Set down, please, without alteration, the lines of the entries below from the first through the one containing "-2.5) (-12.25, -12.25, -2.5)".
+ + + + + + +
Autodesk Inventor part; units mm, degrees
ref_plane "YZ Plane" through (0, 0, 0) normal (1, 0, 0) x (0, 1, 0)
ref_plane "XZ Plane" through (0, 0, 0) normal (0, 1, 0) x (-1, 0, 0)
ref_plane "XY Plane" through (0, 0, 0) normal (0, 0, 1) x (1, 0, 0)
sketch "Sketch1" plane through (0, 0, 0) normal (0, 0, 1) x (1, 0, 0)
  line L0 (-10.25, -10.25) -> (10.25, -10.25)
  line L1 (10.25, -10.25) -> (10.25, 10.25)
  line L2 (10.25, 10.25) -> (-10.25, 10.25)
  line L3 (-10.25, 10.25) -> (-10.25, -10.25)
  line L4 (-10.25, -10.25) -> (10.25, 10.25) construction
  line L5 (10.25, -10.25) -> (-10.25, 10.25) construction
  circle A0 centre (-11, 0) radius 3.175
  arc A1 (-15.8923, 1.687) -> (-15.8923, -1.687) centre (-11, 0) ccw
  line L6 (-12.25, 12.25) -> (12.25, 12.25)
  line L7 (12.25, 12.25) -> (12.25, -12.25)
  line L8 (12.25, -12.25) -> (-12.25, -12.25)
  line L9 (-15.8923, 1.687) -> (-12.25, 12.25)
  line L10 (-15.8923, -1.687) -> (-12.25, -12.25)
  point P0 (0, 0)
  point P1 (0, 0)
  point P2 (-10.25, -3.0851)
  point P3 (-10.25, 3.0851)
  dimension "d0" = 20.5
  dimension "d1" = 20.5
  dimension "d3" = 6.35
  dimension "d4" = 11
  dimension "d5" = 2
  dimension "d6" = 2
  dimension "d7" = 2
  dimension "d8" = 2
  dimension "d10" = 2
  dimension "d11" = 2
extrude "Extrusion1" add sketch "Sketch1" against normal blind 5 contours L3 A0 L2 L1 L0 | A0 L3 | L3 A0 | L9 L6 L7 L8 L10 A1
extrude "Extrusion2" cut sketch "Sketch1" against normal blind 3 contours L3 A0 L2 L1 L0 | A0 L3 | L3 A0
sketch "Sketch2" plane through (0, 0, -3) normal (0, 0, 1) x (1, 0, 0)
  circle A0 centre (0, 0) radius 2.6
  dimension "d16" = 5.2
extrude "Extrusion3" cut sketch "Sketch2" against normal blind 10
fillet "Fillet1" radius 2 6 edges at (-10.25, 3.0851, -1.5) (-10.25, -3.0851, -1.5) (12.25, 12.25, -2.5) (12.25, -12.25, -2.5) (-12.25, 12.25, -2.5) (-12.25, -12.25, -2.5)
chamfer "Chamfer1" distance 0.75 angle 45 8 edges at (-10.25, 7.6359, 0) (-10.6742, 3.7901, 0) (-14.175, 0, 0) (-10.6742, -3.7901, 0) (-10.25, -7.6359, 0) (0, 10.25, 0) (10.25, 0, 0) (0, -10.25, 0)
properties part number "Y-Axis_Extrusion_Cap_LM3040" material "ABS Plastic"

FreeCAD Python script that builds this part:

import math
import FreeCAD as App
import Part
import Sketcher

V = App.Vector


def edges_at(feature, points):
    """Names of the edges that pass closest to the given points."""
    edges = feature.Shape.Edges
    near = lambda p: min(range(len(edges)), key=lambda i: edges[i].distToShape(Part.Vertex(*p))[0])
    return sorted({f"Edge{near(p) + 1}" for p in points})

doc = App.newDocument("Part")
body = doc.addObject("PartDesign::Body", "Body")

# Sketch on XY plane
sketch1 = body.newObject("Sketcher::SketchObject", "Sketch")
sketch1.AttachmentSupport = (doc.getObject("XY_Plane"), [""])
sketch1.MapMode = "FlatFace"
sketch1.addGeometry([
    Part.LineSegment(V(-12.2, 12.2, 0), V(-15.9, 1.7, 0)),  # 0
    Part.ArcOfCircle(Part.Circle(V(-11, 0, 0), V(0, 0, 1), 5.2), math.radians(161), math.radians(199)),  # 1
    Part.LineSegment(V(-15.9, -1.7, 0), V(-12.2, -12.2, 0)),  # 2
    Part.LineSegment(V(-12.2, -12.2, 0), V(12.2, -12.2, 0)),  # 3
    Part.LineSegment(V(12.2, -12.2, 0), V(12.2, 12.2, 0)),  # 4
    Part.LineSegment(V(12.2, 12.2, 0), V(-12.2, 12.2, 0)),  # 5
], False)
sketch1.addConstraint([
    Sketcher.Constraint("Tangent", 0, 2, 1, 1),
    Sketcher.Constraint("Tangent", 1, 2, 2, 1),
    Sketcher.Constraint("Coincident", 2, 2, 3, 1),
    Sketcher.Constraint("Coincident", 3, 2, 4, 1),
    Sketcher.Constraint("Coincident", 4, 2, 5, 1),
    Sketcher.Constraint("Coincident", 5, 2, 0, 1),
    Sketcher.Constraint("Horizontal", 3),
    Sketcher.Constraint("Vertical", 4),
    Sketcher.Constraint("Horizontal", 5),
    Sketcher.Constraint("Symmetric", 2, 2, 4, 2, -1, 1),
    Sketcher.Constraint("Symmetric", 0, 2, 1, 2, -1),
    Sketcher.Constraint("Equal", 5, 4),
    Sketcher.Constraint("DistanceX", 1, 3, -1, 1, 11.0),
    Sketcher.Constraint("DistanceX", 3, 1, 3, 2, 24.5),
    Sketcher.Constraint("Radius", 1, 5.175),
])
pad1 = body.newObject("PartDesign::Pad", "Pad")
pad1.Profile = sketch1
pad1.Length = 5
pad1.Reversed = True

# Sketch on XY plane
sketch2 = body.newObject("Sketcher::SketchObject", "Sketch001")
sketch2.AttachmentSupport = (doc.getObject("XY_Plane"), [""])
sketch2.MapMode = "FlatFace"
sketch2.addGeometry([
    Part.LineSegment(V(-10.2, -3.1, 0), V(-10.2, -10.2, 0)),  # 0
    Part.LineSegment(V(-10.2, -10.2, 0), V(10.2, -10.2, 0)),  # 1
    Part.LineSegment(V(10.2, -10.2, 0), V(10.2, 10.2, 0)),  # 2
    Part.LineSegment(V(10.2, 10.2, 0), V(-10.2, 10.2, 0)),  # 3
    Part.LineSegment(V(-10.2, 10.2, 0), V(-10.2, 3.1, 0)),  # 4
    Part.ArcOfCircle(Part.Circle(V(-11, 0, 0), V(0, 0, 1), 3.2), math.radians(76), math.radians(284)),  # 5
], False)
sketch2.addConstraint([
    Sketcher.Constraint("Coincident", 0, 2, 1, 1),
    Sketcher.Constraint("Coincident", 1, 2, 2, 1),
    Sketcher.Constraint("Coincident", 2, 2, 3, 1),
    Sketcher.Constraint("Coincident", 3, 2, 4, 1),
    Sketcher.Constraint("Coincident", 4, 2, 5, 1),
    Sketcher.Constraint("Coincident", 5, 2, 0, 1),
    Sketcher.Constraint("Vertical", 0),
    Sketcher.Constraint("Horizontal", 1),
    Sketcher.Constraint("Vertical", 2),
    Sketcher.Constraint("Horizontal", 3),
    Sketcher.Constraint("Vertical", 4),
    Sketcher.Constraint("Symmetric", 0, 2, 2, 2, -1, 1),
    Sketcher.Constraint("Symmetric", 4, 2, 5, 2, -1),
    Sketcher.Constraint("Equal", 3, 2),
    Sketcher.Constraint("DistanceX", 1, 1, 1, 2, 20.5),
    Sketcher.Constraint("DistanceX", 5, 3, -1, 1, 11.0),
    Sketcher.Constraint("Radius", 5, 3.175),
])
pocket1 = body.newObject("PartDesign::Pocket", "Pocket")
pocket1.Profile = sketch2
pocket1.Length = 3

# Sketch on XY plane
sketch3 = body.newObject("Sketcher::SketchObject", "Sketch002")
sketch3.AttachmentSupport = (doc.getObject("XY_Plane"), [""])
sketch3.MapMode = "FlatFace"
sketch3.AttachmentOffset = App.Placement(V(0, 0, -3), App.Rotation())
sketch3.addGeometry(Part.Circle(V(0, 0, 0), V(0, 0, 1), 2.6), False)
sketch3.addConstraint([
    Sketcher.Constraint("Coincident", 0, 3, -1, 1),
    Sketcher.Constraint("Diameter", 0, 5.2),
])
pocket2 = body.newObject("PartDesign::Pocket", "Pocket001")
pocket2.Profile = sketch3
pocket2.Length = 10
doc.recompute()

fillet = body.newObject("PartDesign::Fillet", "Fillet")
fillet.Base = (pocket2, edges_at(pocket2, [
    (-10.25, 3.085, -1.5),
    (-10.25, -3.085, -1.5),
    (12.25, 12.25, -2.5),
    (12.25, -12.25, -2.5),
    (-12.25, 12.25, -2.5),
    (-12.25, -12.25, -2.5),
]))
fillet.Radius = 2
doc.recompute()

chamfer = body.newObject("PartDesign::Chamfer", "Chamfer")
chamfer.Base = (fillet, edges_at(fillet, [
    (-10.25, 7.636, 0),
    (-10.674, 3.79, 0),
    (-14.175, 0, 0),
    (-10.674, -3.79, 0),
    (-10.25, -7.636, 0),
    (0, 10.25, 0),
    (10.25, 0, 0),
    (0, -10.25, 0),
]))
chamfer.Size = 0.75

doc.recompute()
+ + + + + + +
RESULT OF THE TASK
Autodesk Inventor part; units mm, degrees
ref_plane "YZ Plane" through (0, 0, 0) normal (1, 0, 0) x (0, 1, 0)
ref_plane "XZ Plane" through (0, 0, 0) normal (0, 1, 0) x (-1, 0, 0)
ref_plane "XY Plane" through (0, 0, 0) normal (0, 0, 1) x (1, 0, 0)
sketch "Sketch1" plane through (0, 0, 0) normal (0, 0, 1) x (1, 0, 0)
  line L0 (-10.25, -10.25) -> (10.25, -10.25)
  line L1 (10.25, -10.25) -> (10.25, 10.25)
  line L2 (10.25, 10.25) -> (-10.25, 10.25)
  line L3 (-10.25, 10.25) -> (-10.25, -10.25)
  line L4 (-10.25, -10.25) -> (10.25, 10.25) construction
  line L5 (10.25, -10.25) -> (-10.25, 10.25) construction
  circle A0 centre (-11, 0) radius 3.175
  arc A1 (-15.8923, 1.687) -> (-15.8923, -1.687) centre (-11, 0) ccw
  line L6 (-12.25, 12.25) -> (12.25, 12.25)
  line L7 (12.25, 12.25) -> (12.25, -12.25)
  line L8 (12.25, -12.25) -> (-12.25, -12.25)
  line L9 (-15.8923, 1.687) -> (-12.25, 12.25)
  line L10 (-15.8923, -1.687) -> (-12.25, -12.25)
  point P0 (0, 0)
  point P1 (0, 0)
  point P2 (-10.25, -3.0851)
  point P3 (-10.25, 3.0851)
  dimension "d0" = 20.5
  dimension "d1" = 20.5
  dimension "d3" = 6.35
  dimension "d4" = 11
  dimension "d5" = 2
  dimension "d6" = 2
  dimension "d7" = 2
  dimension "d8" = 2
  dimension "d10" = 2
  dimension "d11" = 2
extrude "Extrusion1" add sketch "Sketch1" against normal blind 5 contours L3 A0 L2 L1 L0 | A0 L3 | L3 A0 | L9 L6 L7 L8 L10 A1
extrude "Extrusion2" cut sketch "Sketch1" against normal blind 3 contours L3 A0 L2 L1 L0 | A0 L3 | L3 A0
sketch "Sketch2" plane through (0, 0, -3) normal (0, 0, 1) x (1, 0, 0)
  circle A0 centre (0, 0) radius 2.6
  dimension "d16" = 5.2
extrude "Extrusion3" cut sketch "Sketch2" against normal blind 10
fillet "Fillet1" radius 2 6 edges at (-10.25, 3.0851, -1.5) (-10.25, -3.0851, -1.5) (12.25, 12.25, -2.5) (12.25, -12.25, -2.5) (-12.25, 12.25, -2.5) (-12.25, -12.25, -2.5)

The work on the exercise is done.